Volume exclusion and elasticity driven directional transport: an alternative model for bacterium motility

On the basis of a model we capture the role of strong attractive interaction in suppressing the rotational degrees of freedom of the system and volume exclusion in keeping microscopic symmetry-breaking intact to result in super-diffusive transport of small systems in a thermal atmosphere over a large time scale. Our results, characterize such systems on the basis of having a super-diffusive intermediate regime in between a very small and large time scales of diffusive regimes. Although, the Brownian ratchet model fails to account for the origin of motility in actin polymerization propelled directional motion of bacterium like Listeria Monocytogene (LM) and similar bio-mimetic systems due to the presence of strong attractive forces, our model can account for the origin of directional transport in such systems on the basis of the same interactions.

💡 Research Summary

The paper presents a novel physical model to explain directional transport in small systems such as the actin‑propelled bacterium Listeria monocytogenes (LM), addressing shortcomings of the classic Brownian ratchet framework. The authors argue that the Brownian ratchet cannot sustain motility in the presence of strong attractive forces that arise during actin polymerization, because it relies on an externally imposed asymmetric potential that would quickly disappear without continuous energy input. To overcome this, they introduce two key ingredients: (1) a strong attractive interaction (modeled as an elastic spring‑like bond) that locks the constituent particles into a quasi‑rigid configuration, thereby suppressing rotational degrees of freedom, and (2) volume exclusion (hard‑core repulsion) that prevents overlap and preserves a microscopic asymmetry in the overall shape of the assembly.

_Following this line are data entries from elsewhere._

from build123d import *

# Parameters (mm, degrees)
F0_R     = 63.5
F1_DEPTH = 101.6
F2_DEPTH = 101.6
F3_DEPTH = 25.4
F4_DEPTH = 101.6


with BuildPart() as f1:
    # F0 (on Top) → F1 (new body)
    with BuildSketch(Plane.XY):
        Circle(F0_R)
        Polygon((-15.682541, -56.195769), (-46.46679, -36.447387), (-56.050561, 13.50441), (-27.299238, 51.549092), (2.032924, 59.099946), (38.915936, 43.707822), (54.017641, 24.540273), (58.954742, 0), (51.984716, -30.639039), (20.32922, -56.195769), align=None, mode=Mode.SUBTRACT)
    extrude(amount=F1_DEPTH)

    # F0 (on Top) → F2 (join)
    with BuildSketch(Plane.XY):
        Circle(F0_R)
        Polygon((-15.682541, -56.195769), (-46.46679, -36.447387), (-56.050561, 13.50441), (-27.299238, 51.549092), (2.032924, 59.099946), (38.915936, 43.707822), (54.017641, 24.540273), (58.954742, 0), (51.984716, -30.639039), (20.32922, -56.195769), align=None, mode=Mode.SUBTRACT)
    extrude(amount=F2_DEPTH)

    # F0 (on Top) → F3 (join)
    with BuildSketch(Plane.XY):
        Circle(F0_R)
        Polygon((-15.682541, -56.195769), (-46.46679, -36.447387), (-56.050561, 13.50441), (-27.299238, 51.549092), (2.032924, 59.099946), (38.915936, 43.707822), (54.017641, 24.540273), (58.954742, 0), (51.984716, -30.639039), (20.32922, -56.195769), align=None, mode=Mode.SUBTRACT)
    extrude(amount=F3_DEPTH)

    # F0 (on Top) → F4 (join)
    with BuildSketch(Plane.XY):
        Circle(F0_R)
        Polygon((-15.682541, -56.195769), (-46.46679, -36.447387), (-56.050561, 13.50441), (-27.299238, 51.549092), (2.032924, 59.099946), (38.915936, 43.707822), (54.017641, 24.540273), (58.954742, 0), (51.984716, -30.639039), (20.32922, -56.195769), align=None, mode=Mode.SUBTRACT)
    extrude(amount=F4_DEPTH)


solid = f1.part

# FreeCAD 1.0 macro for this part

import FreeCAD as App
import Part
import Sketcher

V = App.Vector
Q = App.Units.Quantity

doc = App.newDocument("Part")
params = doc.addObject("Spreadsheet::Sheet", "Params")
for row, (alias, value) in enumerate([
    ("sketch1_diameter", "5 in"),
    ("pad1_length", "4 in"),
    ("sketch2_diameter", "5 in"),
    ("pad2_length", "4 in"),
    ("sketch3_diameter", "5 in"),
    ("pad3_length", "1 in"),
    ("sketch4_diameter", "5 in"),
    ("pad4_length", "4 in"),
], start=1):
    params.set(f"A{row}", alias)
    params.set(f"B{row}", "=" + value)
    params.setAlias(f"B{row}", alias)

body = doc.addObject("PartDesign::Body", "Body")

sketch1 = doc.addObject("Sketcher::SketchObject", "Sketch")
body.addObject(sketch1)
sketch1.AttachmentSupport = (doc.XY_Plane, [""])
sketch1.MapMode = "FlatFace"
sketch1.addGeometry([
    Part.Circle(V(0, 0, 0), V(0, 0, 1), 64),
    Part.LineSegment(V(20, -56, 0), V(-16, -56, 0)),
    Part.LineSegment(V(-16, -56, 0), V(-46, -36, 0)),
    Part.LineSegment(V(-46, -36, 0), V(-56, 14, 0)),
    Part.LineSegment(V(-56, 14, 0), V(-27, 52, 0)),
    Part.LineSegment(V(-27, 52, 0), V(2, 59, 0)),
    Part.LineSegment(V(2, 59, 0), V(39, 44, 0)),
    Part.LineSegment(V(39, 44, 0), V(54, 25, 0)),
    Part.LineSegment(V(54, 25, 0), V(59, 0, 0)),
    Part.LineSegment(V(59, 0, 0), V(52, -31, 0)),
    Part.LineSegment(V(52, -31, 0), V(20, -56, 0)),
], False)
sketch1.addConstraint([
    Sketcher.Constraint("Coincident", 1, 2, 2, 1),
    Sketcher.Constraint("Coincident", 2, 2, 3, 1),
    Sketcher.Constraint("Coincident", 3, 2, 4, 1),
    Sketcher.Constraint("Coincident", 4, 2, 5, 1),
    Sketcher.Constraint("Coincident", 5, 2, 6, 1),
    Sketcher.Constraint("Coincident", 6, 2, 7, 1),
    Sketcher.Constraint("Coincident", 7, 2, 8, 1),
    Sketcher.Constraint("Coincident", 8, 2, 9, 1),
    Sketcher.Constraint("Coincident", 9, 2, 10, 1),
    Sketcher.Constraint("Coincident", 10, 2, 1, 1),
    Sketcher.Constraint("Horizontal", 1),
    Sketcher.Constraint("Coincident", 0, 3, -1, 1),
    Sketcher.Constraint("PointOnObject", 8, 2, -1),
    Sketcher.Constraint("Diameter", 0, Q("5 in")),
    Sketcher.Constraint("DistanceY", 3, 2, 5, 2, Q("1.7950998 in")),
    Sketcher.Constraint("DistanceX", 1, 2, 1, 1, Q("36.011761 mm")),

In the theoretical formulation, N particles move in a two‑dimensional plane under Langevin dynamics. The inter‑particle force consists of a Hookean elastic term with spring constant k and equilibrium distance d0, an additional long‑range attractive potential −α/|r_i−r_j|, and a steep repulsive term to enforce volume exclusion. Viscous drag γ and Gaussian white noise ξ_i(t) represent the thermal bath. The resulting equation of motion is
m d v_i/dt = Σ_j (F_elastic,ij + F_attractive,ij + F_repulsive,ij) – γ v_i + ξ_i(t).

Numerical simulations explore a broad parameter space (k, α, γ, particle size). The mean‑square displacement (MSD) exhibits three distinct regimes as a function of observation time τ:

1. Short‑time diffusive regime (τ ≪ τ₁): Thermal fluctuations dominate; MSD ∝ τ, reflecting ordinary Brownian motion.
2. Intermediate super‑diffusive regime (τ₁ < τ < τ₂): The strong attractive bonds keep the particles in a fixed relative arrangement, while volume exclusion maintains a persistent shape asymmetry. The internal elastic stresses act coherently in one direction, producing MSD ∝ τ^β with β≈1.5–2, i.e., super‑diffusion.
3. Long‑time diffusive regime (τ ≫ τ₂): Accumulated thermal noise eventually disrupts the rigid configuration, the system loses its shape bias, and the MSD returns to linear scaling.

The duration τ₂ of the super‑diffusive window grows with the spring constant k and the attraction strength α, and it is further extended when the hard‑core repulsion is stronger, because both factors enhance the persistence of the asymmetric structure.

The authors interpret these findings in the context of LM motility. During actin polymerization, a dense actin “comet tail” exerts strong attractive forces on the bacterial surface, effectively acting as the elastic bonds in the model. The filament network also occupies finite volume, providing the volume‑exclusion constraint that prevents the tail from collapsing symmetrically around the bacterium. Consequently, the bacterium experiences a sustained internal stress that drives it forward without the need for an external ratchet potential.

Beyond biological relevance, the model offers design principles for synthetic micromotors and bio‑mimetic devices. By engineering strong inter‑component attractions (e.g., DNA‑mediated binding or magnetic dipoles) together with steric constraints, one can create self‑assembled clusters that suppress rotation and maintain a shape bias, thereby achieving autonomous, super‑diffusive propulsion in a thermal environment.

The paper concludes that volume exclusion combined with elasticity provides a robust mechanism for directional transport in small, thermally fluctuating systems. It predicts how varying mechanical parameters modulates the length and intensity of the super‑diffusive phase, offering experimentally testable signatures. Future work is suggested to extend the model to three dimensions, incorporate anisotropic viscous media, and couple the mechanics explicitly to actin polymerization kinetics, which would bring the theory even closer to the complex reality of intracellular bacterial motility.